(Task goal)
Reproduce, exactly and in full, only the lines below from the one containing "#20=EDGE_CURVE('',#14,#14,#19,.T.);" through the one containing "#47=EDGE_LOOP('',(#46));".

-------- Extracted records

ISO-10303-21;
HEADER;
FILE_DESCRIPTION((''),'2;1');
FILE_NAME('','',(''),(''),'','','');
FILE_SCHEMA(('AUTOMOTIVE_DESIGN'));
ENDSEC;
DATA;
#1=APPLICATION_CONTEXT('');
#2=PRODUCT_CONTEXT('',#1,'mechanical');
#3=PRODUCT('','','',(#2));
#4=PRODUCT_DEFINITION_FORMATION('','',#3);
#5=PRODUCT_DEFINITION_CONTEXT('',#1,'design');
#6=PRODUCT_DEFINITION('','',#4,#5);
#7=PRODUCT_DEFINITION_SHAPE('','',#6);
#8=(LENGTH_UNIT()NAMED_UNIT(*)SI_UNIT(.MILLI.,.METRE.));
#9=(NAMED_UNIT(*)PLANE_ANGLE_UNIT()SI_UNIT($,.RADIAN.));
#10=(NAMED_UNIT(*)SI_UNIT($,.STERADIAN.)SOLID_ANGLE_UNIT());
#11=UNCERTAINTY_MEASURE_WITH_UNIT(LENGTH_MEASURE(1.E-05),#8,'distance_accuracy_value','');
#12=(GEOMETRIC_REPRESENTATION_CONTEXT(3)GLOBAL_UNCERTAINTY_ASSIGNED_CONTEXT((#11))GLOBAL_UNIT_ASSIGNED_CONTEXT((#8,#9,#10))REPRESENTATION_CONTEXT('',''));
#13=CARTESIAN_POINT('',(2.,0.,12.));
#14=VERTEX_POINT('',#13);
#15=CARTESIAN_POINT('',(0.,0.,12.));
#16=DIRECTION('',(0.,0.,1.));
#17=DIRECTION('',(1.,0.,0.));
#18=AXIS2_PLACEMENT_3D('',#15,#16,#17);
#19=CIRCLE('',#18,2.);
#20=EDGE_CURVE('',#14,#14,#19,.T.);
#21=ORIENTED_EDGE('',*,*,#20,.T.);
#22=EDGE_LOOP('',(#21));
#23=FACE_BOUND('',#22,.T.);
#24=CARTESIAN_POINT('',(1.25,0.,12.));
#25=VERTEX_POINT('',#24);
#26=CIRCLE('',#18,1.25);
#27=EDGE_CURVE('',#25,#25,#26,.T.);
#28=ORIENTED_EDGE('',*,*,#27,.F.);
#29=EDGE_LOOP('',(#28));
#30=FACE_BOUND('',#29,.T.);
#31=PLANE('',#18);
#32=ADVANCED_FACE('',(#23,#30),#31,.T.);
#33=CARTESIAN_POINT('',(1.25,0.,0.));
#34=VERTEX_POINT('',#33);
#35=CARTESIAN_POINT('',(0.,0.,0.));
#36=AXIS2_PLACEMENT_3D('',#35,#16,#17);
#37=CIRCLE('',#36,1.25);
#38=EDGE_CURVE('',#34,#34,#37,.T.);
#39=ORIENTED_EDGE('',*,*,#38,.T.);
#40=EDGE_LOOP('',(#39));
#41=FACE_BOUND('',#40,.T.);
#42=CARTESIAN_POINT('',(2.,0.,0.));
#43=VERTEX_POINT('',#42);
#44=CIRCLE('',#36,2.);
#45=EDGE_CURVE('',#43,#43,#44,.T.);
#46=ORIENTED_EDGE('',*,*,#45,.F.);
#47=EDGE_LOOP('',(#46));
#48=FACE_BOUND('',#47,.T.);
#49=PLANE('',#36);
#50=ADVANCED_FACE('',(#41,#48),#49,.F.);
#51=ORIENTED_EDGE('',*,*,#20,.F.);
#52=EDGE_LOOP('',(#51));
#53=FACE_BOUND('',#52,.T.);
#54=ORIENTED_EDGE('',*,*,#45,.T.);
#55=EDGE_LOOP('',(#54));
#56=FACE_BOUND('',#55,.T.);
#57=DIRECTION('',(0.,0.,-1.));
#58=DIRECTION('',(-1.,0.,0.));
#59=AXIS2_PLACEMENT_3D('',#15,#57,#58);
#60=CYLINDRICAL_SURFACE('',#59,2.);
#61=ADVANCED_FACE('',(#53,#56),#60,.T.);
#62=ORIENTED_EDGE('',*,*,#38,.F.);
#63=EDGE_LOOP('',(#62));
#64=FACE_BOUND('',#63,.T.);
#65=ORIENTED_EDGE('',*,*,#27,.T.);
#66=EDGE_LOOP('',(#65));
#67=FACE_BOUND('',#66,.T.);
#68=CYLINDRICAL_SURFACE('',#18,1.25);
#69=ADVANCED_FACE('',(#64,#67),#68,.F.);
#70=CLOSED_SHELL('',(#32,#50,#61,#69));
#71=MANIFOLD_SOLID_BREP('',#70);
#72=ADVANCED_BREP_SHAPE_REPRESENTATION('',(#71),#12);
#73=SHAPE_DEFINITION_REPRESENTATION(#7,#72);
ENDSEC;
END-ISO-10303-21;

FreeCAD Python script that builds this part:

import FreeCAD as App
import Part
import Sketcher

V = App.Vector
Q = App.Units.Quantity

doc = App.newDocument("Part")
params = doc.addObject("Spreadsheet::Sheet", "Params")
for row, (alias, value) in enumerate([
    ("sketch1_diameter", "4 mm"),
    ("pad1_length", "12 mm"),
    ("sketch2_diameter", "2.5 mm"),
    ("hole_diameter", "2.5 mm"),
], start=1):
    params.set(f"A{row}", alias)
    params.set(f"B{row}", "=" + value)
    params.setAlias(f"B{row}", alias)

body = doc.addObject("PartDesign::Body", "Body")

# Sketch on XY plane
sketch1 = body.newObject("Sketcher::SketchObject", "Sketch")
sketch1.AttachmentSupport = (doc.getObject("XY_Plane"), [""])
sketch1.MapMode = "FlatFace"
sketch1.addGeometry(Part.Circle(V(0, 0, 0), V(0, 0, 1), 2), False)
sketch1.addConstraint(Sketcher.Constraint("Coincident", 0, 3, -1, 1))
sketch1.addConstraint(Sketcher.Constraint("Diameter", 0, Q("4 mm")))
sketch1.setExpression("Constraints[1]", "Params.sketch1_diameter")
pad1 = body.newObject("PartDesign::Pad", "Pad")
pad1.Profile = sketch1
pad1.setExpression("Length", "Params.pad1_length")

# Sketch on XY plane
sketch2 = body.newObject("Sketcher::SketchObject", "Sketch001")
sketch2.AttachmentSupport = (doc.getObject("XY_Plane"), [""])
sketch2.MapMode = "FlatFace"
sketch2.AttachmentOffset = App.Placement(V(0, 0, 12), App.Rotation())
sketch2.addGeometry(Part.Circle(V(0, 0, 0), V(0, 0, 1), 1.2), False)
sketch2.addConstraint(Sketcher.Constraint("Coincident", 0, 3, -1, 1))
sketch2.addConstraint(Sketcher.Constraint("Diameter", 0, Q("2.5 mm")))
sketch2.setExpression("Constraints[1]", "Params.sketch2_diameter")
doc.recompute()
hole = body.newObject("PartDesign::Hole", "Hole")
hole.Profile = sketch2
hole.ThreadType = "None"
hole.setExpression("Diameter", "Params.hole_diameter")
hole.DepthType = "ThroughAll"

doc.recompute()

----------------

(Written reply)
#20=EDGE_CURVE('',#14,#14,#19,.T.);
#21=ORIENTED_EDGE('',*,*,#20,.T.);
#22=EDGE_LOOP('',(#21));
#23=FACE_BOUND('',#22,.T.);
#24=CARTESIAN_POINT('',(1.25,0.,12.));
#25=VERTEX_POINT('',#24);
#26=CIRCLE('',#18,1.25);
#27=EDGE_CURVE('',#25,#25,#26,.T.);
#28=ORIENTED_EDGE('',*,*,#27,.F.);
#29=EDGE_LOOP('',(#28));
#30=FACE_BOUND('',#29,.T.);
#31=PLANE('',#18);
#32=ADVANCED_FACE('',(#23,#30),#31,.T.);
#33=CARTESIAN_POINT('',(1.25,0.,0.));
#34=VERTEX_POINT('',#33);
#35=CARTESIAN_POINT('',(0.,0.,0.));
#36=AXIS2_PLACEMENT_3D('',#35,#16,#17);
#37=CIRCLE('',#36,1.25);
#38=EDGE_CURVE('',#34,#34,#37,.T.);
#39=ORIENTED_EDGE('',*,*,#38,.T.);
#40=EDGE_LOOP('',(#39));
#41=FACE_BOUND('',#40,.T.);
#42=CARTESIAN_POINT('',(2.,0.,0.));
#43=VERTEX_POINT('',#42);
#44=CIRCLE('',#36,2.);
#45=EDGE_CURVE('',#43,#43,#44,.T.);
#46=ORIENTED_EDGE('',*,*,#45,.F.);
#47=EDGE_LOOP('',(#46));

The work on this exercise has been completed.